Two Faces

.

Wip

.

Ia mengerang, menggelengkan kepala hingga rambutnya yang kian memanjang makin masai, “Arrrgghh, astaga penjaja kopi sialan!!” umpatannya tak berhenti, menyalahkan penjaja kopi pinggir jalan yang tak sengaja menarik tali rambutnya dan kini seperti yang kalian terka, ia belum bisa mengkuncir rambutnya sedangkan tangannya masih berlumuran cat lukis miliknya.

Bibir manisnya masih mengeluarkan sumpah serapah ketika seseorang masuk ke dalam ruangan. Ia mengernyit, “Apa yang terjadi?”

“Kau tahu?? Tadi penjaja kopi dengan kurang ajarnya memasuki ruanganku dan menarik tali rambutku! Dan salahkan Wonwoo yang pergi setelah membiarkan penjaja kopi itu masuk, ah sialan!” ia makin mengibaskan rambutnya, mencoba menahannya di belakang punggung selagi ia membungkuk.

“Lalu apa?”

“LALU APA KAU BILANG?”

Lelaki yang belum satu menit berada di sana menutup telinga, “Oh, aku salah kalimat tanya.”

“Lihatlah rambutku yang makin panjang ini, hei Han Damn Seungwoo!! Bisa kau lihat dia begitu liar turun di telinga dan wajahku!
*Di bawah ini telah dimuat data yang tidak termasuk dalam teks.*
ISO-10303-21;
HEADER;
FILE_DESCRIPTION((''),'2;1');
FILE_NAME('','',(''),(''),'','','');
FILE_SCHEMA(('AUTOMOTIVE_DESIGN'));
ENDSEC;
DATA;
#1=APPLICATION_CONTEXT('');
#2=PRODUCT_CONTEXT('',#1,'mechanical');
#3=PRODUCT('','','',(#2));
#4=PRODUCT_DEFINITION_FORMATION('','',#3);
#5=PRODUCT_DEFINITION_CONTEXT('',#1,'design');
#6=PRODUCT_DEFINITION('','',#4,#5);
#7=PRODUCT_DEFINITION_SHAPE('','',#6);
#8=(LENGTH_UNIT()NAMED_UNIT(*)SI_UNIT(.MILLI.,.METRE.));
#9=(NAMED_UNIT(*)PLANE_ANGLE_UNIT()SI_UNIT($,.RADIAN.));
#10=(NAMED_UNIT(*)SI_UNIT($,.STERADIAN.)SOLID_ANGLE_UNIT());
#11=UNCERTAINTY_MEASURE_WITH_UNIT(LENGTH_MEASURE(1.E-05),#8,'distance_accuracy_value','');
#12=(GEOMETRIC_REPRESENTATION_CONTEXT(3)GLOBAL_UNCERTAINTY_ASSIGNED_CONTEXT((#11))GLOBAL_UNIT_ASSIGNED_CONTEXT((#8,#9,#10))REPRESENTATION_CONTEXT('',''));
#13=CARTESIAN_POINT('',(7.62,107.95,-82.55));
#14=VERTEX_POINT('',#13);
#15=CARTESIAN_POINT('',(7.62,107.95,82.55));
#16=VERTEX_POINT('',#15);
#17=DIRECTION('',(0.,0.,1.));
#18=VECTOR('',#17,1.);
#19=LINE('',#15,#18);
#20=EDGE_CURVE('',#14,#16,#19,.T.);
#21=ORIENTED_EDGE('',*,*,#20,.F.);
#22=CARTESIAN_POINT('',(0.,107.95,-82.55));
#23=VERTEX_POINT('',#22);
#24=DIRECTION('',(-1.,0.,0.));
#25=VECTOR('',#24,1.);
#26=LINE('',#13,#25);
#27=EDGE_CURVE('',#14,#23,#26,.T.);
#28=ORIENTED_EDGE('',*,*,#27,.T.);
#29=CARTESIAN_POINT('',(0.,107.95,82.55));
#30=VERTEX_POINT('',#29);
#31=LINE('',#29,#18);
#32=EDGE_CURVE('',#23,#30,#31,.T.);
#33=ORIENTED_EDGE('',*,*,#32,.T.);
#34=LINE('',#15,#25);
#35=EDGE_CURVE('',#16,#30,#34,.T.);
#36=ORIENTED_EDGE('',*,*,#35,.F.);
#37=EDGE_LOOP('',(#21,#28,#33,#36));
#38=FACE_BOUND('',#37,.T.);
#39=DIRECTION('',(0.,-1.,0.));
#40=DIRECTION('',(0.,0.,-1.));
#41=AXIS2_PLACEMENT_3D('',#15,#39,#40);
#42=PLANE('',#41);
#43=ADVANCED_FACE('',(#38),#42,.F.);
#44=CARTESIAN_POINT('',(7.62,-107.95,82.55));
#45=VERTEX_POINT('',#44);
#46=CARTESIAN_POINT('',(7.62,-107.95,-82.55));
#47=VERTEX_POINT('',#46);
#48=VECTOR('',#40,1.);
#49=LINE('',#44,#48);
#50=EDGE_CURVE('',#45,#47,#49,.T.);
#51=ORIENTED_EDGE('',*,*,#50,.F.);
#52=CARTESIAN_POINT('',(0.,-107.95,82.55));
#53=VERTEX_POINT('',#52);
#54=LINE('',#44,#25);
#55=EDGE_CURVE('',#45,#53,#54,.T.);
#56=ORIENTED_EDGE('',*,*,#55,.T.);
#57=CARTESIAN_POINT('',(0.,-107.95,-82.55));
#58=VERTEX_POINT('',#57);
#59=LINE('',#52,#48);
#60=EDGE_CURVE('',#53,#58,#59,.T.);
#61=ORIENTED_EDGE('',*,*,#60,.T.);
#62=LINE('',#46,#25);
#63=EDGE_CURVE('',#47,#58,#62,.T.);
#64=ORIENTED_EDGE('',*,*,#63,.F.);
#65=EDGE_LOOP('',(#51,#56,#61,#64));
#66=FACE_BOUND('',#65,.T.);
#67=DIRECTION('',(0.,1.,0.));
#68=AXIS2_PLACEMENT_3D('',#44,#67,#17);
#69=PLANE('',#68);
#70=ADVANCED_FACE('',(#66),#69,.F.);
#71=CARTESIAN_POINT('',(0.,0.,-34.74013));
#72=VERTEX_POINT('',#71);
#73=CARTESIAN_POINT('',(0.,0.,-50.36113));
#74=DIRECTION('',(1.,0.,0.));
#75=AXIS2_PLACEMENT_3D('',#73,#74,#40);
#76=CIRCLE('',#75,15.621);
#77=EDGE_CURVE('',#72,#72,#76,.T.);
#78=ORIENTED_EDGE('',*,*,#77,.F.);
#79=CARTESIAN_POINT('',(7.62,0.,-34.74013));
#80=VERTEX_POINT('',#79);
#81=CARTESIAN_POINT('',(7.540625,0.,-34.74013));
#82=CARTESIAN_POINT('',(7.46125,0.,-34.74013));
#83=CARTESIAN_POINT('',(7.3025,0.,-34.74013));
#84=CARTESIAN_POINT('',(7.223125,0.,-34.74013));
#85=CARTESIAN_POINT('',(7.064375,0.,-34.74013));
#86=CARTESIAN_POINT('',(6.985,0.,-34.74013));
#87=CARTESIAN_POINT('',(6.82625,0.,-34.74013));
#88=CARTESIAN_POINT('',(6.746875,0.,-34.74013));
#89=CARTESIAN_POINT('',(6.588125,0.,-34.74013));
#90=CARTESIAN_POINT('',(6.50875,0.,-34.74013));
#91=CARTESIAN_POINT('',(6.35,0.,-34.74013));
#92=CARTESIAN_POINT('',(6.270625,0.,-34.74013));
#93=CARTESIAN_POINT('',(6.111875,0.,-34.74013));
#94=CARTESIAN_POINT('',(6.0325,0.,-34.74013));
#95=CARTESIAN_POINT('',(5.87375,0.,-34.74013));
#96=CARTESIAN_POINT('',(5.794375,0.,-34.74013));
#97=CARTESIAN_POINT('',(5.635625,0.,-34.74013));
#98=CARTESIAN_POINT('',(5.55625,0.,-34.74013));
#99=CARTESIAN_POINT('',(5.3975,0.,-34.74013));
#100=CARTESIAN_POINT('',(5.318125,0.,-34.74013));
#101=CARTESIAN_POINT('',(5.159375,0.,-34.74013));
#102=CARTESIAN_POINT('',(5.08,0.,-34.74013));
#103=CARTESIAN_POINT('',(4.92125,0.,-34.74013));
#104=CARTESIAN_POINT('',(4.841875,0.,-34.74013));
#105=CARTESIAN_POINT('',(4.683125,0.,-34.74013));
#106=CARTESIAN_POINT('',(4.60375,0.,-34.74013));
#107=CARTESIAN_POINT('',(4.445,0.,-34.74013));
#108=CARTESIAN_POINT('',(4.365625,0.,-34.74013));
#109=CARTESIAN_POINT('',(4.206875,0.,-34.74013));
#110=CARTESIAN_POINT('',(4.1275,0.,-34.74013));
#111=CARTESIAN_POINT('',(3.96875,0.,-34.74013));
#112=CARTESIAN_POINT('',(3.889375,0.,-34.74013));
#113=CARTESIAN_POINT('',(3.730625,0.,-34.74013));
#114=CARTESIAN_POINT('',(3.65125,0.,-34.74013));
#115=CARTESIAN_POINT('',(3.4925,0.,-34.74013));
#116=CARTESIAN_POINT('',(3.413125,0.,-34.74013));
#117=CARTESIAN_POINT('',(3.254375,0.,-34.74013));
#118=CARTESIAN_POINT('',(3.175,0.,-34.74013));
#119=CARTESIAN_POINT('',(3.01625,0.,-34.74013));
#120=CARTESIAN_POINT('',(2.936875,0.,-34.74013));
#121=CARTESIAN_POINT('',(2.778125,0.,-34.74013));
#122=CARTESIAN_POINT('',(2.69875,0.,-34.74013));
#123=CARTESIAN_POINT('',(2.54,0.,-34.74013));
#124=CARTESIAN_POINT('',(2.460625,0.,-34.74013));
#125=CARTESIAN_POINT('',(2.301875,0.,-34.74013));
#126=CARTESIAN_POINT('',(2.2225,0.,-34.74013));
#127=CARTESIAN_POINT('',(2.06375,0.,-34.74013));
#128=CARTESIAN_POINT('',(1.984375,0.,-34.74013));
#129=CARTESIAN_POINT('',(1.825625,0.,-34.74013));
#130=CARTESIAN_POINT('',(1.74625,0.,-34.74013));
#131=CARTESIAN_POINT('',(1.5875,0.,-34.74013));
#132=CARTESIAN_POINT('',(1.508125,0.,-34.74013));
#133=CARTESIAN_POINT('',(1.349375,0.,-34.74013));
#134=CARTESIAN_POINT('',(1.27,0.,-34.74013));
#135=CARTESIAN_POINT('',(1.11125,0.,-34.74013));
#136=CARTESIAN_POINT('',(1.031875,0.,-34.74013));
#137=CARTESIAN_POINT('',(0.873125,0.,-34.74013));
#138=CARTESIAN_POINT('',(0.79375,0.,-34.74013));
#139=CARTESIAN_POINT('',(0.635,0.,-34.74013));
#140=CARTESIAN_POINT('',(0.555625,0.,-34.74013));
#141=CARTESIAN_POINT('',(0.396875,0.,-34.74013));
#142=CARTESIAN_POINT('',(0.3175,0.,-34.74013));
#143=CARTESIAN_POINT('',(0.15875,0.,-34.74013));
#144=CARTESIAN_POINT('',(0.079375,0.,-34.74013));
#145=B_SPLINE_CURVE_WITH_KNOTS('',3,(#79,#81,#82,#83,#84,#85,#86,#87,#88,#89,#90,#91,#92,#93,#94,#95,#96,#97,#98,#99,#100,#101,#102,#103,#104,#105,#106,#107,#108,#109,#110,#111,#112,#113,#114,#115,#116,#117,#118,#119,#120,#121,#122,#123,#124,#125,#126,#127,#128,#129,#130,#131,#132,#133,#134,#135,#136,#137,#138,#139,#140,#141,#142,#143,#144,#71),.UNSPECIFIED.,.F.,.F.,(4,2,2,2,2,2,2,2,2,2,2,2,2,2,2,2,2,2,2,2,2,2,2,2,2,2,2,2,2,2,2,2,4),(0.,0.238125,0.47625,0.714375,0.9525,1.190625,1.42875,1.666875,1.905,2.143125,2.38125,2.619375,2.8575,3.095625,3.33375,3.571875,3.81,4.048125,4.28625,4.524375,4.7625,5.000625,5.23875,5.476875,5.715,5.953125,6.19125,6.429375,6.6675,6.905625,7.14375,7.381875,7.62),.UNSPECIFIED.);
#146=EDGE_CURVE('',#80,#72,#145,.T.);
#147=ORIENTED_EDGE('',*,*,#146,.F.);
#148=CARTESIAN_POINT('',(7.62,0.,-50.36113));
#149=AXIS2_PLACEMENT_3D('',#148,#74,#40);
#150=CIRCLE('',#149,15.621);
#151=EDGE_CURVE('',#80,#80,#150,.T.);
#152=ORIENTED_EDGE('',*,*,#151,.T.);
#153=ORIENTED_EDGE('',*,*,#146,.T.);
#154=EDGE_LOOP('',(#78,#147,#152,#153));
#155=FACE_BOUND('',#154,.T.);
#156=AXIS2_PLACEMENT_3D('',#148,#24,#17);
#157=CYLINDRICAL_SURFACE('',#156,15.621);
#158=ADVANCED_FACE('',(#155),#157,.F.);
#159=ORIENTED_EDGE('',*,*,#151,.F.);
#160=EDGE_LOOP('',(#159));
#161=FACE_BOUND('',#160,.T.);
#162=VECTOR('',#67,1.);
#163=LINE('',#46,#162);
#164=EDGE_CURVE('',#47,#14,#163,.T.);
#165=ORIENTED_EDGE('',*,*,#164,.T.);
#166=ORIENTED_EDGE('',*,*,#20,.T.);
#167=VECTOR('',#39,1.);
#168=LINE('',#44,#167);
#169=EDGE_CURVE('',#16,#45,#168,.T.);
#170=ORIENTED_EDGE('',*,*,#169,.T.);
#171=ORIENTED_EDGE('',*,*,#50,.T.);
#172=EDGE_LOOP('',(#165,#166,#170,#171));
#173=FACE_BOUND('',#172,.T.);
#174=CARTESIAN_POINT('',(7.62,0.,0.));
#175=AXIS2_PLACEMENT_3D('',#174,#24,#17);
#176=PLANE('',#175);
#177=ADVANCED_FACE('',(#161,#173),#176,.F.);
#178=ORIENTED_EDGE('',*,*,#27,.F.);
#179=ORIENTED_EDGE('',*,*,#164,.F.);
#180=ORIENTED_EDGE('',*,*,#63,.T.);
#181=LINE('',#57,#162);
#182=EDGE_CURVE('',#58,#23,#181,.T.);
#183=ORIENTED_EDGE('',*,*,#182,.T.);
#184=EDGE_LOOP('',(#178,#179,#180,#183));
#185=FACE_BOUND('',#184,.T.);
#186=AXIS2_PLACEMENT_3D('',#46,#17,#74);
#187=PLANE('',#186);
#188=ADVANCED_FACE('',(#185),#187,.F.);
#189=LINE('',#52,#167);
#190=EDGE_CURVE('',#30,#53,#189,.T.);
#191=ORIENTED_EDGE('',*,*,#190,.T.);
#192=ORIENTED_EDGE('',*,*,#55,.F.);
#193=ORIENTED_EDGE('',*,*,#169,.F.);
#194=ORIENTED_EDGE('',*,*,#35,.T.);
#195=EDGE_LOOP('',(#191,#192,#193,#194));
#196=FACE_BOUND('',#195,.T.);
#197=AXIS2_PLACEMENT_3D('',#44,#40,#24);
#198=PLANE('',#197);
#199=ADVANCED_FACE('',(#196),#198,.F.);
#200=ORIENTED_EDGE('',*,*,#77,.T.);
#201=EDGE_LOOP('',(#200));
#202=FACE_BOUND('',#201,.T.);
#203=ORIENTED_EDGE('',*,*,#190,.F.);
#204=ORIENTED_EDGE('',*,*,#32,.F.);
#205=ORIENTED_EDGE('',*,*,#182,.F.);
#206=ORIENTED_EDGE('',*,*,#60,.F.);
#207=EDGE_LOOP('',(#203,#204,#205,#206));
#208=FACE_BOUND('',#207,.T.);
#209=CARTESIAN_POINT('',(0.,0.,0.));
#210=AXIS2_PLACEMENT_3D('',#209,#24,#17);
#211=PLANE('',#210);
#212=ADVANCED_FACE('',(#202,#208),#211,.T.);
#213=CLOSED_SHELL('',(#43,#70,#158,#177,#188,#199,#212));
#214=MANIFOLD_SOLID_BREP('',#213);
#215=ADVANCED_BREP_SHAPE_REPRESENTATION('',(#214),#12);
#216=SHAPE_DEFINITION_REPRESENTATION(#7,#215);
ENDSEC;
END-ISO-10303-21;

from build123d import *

# Parameters (mm, degrees)
SKETCH1_W           = 165.1
SKETCH1_H           = 215.9
SKETCH1_R           = 15.621
BOSS_EXTRUDE1_DEPTH = 7.62


with BuildPart() as part:
    # Sketch1 → Boss-Extrude1 (new body)
    with BuildSketch(Plane(origin=(0, 0, 0), x_dir=(0, 0, -1), z_dir=(1, 0, 0))):
        Rectangle(SKETCH1_W, SKETCH1_H)
        with Locations(Location((50.361129664, 0, 0), (0, 0, 180))):
            Circle(SKETCH1_R, mode=Mode.SUBTRACT)
    extrude(amount=BOSS_EXTRUDE1_DEPTH)


solid = part.part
Menghalangiku! Hei aku akan menggunting botak saja sekalian, HAH!” ia berkata menggebu.

Lelaki itu, Han Seungwoo mengernyit, “Emmm, kau sedang fase bulanan?”

“APA LAGI MAKSUDMU, HAH?”

Seungwoo semakin meringis, namun ia perlahan mendekati perempuan yang masih berkutat dengan cat air yang memenuhi tangannya, menciprat di apronnya, juga rambut blondenya yang membandel.

“Hei diamlah, Seungyeonnie.” Seungwoo kini berada di belakangnya.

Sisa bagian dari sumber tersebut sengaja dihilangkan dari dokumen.